===== Working data

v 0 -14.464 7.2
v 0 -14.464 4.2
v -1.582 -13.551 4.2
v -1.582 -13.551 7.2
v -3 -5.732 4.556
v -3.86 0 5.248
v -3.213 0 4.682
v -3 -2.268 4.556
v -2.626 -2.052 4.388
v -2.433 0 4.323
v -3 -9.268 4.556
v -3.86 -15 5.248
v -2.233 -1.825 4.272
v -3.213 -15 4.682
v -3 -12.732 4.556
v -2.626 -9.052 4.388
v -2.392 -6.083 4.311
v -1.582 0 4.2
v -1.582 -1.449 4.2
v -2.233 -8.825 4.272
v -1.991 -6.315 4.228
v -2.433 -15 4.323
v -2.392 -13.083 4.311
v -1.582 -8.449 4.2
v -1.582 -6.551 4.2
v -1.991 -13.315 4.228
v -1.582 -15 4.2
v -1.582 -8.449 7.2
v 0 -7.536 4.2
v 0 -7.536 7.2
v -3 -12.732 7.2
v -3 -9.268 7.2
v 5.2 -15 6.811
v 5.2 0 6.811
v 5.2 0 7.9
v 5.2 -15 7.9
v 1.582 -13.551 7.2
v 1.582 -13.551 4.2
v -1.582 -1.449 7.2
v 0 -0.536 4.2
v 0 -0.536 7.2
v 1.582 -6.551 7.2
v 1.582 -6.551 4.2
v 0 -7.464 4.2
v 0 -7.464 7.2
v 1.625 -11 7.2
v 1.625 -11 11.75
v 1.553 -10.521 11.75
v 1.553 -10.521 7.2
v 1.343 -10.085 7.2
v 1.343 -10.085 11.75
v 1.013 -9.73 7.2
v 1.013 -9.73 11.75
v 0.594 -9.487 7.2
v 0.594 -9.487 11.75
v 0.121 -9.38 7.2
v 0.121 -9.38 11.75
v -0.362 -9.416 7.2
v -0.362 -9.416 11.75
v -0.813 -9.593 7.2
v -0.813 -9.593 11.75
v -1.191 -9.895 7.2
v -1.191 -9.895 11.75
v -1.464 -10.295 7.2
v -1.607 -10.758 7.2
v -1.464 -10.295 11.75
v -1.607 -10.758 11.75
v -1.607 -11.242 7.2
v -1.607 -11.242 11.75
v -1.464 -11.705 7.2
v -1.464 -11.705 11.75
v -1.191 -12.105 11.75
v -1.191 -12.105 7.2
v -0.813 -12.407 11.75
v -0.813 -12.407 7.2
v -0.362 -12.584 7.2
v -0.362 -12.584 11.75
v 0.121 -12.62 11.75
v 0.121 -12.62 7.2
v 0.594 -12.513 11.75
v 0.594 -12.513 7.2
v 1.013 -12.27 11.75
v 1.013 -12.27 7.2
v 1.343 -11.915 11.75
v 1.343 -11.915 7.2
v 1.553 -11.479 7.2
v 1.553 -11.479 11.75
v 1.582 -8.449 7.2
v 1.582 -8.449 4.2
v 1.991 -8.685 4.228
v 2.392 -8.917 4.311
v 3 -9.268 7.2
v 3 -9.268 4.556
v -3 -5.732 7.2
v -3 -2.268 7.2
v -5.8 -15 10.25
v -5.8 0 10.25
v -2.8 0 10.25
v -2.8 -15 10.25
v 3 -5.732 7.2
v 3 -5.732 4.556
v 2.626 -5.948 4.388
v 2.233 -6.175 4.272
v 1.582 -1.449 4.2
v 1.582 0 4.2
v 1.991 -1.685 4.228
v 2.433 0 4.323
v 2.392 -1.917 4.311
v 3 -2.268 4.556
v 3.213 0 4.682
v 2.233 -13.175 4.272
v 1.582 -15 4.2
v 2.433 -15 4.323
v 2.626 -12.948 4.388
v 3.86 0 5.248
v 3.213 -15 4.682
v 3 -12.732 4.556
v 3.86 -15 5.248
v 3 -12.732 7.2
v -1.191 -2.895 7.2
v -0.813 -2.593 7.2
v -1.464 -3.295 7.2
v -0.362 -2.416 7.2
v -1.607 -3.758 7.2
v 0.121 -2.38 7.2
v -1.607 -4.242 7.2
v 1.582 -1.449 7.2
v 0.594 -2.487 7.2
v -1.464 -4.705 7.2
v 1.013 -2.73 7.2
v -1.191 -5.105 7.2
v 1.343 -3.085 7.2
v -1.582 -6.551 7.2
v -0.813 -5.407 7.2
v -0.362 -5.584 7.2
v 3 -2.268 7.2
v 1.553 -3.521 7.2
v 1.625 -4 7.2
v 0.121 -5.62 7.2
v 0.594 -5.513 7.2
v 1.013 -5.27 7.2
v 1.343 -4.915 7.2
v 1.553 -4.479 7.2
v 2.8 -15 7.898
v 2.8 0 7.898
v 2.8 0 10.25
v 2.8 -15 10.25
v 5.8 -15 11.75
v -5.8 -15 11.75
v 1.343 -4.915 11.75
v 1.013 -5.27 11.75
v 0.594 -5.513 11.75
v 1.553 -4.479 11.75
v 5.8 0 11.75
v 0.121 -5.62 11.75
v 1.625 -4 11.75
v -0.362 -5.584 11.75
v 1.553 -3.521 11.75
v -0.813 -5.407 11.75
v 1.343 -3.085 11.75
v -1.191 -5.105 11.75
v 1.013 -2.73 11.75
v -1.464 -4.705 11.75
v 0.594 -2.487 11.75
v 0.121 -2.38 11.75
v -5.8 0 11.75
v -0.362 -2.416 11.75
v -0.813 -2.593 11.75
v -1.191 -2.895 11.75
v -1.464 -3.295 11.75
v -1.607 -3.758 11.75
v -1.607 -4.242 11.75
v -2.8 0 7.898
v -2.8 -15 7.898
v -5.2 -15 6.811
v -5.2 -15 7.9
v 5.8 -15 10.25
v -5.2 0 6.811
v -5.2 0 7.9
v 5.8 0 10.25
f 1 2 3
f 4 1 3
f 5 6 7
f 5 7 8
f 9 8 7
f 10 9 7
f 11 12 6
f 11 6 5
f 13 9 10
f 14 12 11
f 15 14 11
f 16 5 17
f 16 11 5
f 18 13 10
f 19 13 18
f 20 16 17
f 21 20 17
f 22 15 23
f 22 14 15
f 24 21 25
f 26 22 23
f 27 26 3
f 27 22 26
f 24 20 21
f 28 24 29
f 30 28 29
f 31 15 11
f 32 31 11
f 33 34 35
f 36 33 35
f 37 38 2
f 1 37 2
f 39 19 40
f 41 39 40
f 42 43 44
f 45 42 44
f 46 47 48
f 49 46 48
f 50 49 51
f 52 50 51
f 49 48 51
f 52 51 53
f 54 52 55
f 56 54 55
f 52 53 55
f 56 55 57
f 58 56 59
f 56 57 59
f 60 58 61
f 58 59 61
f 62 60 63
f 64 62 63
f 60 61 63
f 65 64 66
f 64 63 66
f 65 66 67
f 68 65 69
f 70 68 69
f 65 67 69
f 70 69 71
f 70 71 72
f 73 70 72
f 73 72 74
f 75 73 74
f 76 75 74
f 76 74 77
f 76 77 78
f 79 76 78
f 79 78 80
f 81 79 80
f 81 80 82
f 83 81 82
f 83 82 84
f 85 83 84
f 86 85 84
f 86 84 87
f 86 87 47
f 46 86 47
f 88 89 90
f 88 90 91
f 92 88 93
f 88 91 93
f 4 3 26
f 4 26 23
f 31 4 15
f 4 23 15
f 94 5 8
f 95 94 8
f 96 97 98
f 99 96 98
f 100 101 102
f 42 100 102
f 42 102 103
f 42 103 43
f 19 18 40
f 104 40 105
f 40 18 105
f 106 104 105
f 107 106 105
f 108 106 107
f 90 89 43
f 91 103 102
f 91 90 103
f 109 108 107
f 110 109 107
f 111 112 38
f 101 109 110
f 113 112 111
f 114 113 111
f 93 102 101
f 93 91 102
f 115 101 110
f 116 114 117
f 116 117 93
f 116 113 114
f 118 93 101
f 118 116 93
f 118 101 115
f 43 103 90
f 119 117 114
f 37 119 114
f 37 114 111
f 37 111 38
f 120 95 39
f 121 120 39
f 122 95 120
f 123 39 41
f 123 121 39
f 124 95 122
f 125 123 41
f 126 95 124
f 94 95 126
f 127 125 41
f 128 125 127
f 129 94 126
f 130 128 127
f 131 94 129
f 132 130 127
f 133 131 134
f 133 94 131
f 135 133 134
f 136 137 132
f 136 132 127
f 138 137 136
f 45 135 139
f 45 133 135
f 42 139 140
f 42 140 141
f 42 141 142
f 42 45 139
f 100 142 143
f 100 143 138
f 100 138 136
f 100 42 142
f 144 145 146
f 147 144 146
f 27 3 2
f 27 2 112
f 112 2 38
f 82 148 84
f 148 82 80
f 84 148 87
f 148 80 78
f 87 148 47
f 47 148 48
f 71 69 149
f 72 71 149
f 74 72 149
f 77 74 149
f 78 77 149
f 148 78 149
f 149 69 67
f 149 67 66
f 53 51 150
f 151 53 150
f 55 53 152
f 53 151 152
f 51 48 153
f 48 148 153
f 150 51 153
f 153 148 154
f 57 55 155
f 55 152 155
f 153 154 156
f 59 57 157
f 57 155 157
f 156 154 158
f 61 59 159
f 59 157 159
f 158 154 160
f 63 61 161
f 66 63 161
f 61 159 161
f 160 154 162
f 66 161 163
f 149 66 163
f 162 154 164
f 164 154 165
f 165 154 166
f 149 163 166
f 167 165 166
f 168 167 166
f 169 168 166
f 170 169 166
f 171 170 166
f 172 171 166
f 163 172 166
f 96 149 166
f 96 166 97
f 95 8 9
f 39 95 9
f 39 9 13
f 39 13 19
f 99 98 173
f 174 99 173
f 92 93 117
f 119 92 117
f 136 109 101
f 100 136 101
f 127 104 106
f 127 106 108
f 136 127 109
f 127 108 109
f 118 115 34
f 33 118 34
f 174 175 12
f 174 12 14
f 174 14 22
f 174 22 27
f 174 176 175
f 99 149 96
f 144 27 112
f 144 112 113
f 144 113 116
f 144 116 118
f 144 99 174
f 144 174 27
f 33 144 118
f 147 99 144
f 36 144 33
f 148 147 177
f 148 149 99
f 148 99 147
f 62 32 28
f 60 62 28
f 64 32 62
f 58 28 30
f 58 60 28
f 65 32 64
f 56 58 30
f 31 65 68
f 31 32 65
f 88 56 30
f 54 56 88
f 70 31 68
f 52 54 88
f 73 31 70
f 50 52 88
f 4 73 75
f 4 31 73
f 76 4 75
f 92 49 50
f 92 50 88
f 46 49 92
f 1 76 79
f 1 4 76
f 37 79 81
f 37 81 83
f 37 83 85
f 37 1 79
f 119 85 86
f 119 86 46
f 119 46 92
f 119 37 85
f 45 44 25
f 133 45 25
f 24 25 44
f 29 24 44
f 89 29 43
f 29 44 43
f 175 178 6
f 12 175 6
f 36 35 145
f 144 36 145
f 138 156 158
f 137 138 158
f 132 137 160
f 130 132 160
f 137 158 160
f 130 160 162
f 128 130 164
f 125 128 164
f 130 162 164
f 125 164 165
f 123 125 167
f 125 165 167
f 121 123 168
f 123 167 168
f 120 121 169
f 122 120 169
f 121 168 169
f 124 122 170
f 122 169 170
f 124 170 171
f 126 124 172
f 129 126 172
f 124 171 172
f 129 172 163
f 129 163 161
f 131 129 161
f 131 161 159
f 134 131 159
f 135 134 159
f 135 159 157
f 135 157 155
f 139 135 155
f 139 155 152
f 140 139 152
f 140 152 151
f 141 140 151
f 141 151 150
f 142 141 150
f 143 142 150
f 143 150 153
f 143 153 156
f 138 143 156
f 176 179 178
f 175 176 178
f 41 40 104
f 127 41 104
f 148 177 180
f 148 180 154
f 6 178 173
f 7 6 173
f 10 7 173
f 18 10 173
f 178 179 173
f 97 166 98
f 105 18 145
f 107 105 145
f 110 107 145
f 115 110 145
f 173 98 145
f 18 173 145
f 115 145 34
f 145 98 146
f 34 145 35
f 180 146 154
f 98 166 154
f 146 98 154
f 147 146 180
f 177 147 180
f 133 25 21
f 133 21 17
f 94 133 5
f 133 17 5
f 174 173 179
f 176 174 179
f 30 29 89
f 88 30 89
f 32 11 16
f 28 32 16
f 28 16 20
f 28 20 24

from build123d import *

# Parameters (mm, degrees)
F1_DEPTH = 15
F2_R     = 3
F3_R     = 1.625
F4_DEPTH = 6
F6_DEPTH = 3


# Not quite as in the source:
# - a feature names something its author has since deleted; it is built from what else it names


with BuildPart() as f1:
    # F0 (on Front) → F1 (new body)
    with BuildSketch(Plane.XZ):
        Polygon((2.8, 7.8979998849), (2.8, 10), (2.8, 10.25), (5.8, 10.25), (5.8, 11.75), (0, 11.75), (-5.8, 11.75), (-5.8, 10.25), (-2.8, 10.25), (-2.8, 10), (-2.8, 7.8979998849), (-5.2, 7.8997776918), (-5.2, 6.8109772229), (-2.9620195233, 4.2), (0, 4.2), (2.9620195233, 4.2), (5.2, 6.8109772229), (5.2, 7.8997776918), align=None)
    extrude(amount=F1_DEPTH)

    # F2
    f2_edges = [f1.edges().sort_by_distance(p)[0] for p in [
        (-2.96202, -7.5, 4.2),
        (2.96202, -7.5, 4.2),
    ]]
    fillet(f2_edges, radius=F2_R)

    # F3 (on face) → F4 (cut)
    with BuildSketch(Plane.XY.offset(11.75)):
        with Locations((0, -4)):
            Circle(F3_R)
        with Locations((0, -11)):
            Circle(F3_R)
    extrude(amount=-F4_DEPTH, mode=Mode.SUBTRACT)

    # F5 (on face) → F6 (cut)
    with BuildSketch(Plane(origin=(0, 0, 4.2), x_dir=(1, 0, 0), z_dir=(0, 0, -1))):
        Polygon((3, 12.7320508076), (1.5822147558, 13.5506094999), (1.5822147558, 8.4493905001), (3, 9.2679491924), align=None)
        Polygon((-1.5822147558, 8.4493905001), (-1.5822147558, 13.5506094999), (-3, 12.7320508076), (-3, 9.2679491924), align=None)
        Polygon((-1.5822147558, 1.4493905001), (-1.5822147558, 6.5506094999), (-3, 5.7320508076), (-3, 2.2679491924), align=None)
        Polygon((3, 5.7320508076), (1.5822147558, 6.5506094999), (1.5822147558, 1.4493905001), (3, 2.2679491924), align=None)
        Polygon((1.5822147558, 13.5506094999), (0, 14.4641016151), (-1.5822147558, 13.5506094999), (-1.5822147558, 8.4493905001), (0, 7.5358983849), (1.5822147558, 8.4493905001), align=None)
        Polygon((1.5822147558, 1.4493905001), (1.5822147558, 6.5506094999), (0, 7.4641016151), (-1.5822147558, 6.5506094999), (-1.5822147558, 1.4493905001), (0, 0.5358983849), align=None)
    extrude(amount=-F6_DEPTH, mode=Mode.SUBTRACT)


solid = f1.part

==========

Up to and including the line that contains "v -1.991 -13.315 4.228", output the records above exactly, beginning with their first line.

v 0 -14.464 7.2
v 0 -14.464 4.2
v -1.582 -13.551 4.2
v -1.582 -13.551 7.2
v -3 -5.732 4.556
v -3.86 0 5.248
v -3.213 0 4.682
v -3 -2.268 4.556
v -2.626 -2.052 4.388
v -2.433 0 4.323
v -3 -9.268 4.556
v -3.86 -15 5.248
v -2.233 -1.825 4.272
v -3.213 -15 4.682
v -3 -12.732 4.556
v -2.626 -9.052 4.388
v -2.392 -6.083 4.311
v -1.582 0 4.2
v -1.582 -1.449 4.2
v -2.233 -8.825 4.272
v -1.991 -6.315 4.228
v -2.433 -15 4.323
v -2.392 -13.083 4.311
v -1.582 -8.449 4.2
v -1.582 -6.551 4.2
v -1.991 -13.315 4.228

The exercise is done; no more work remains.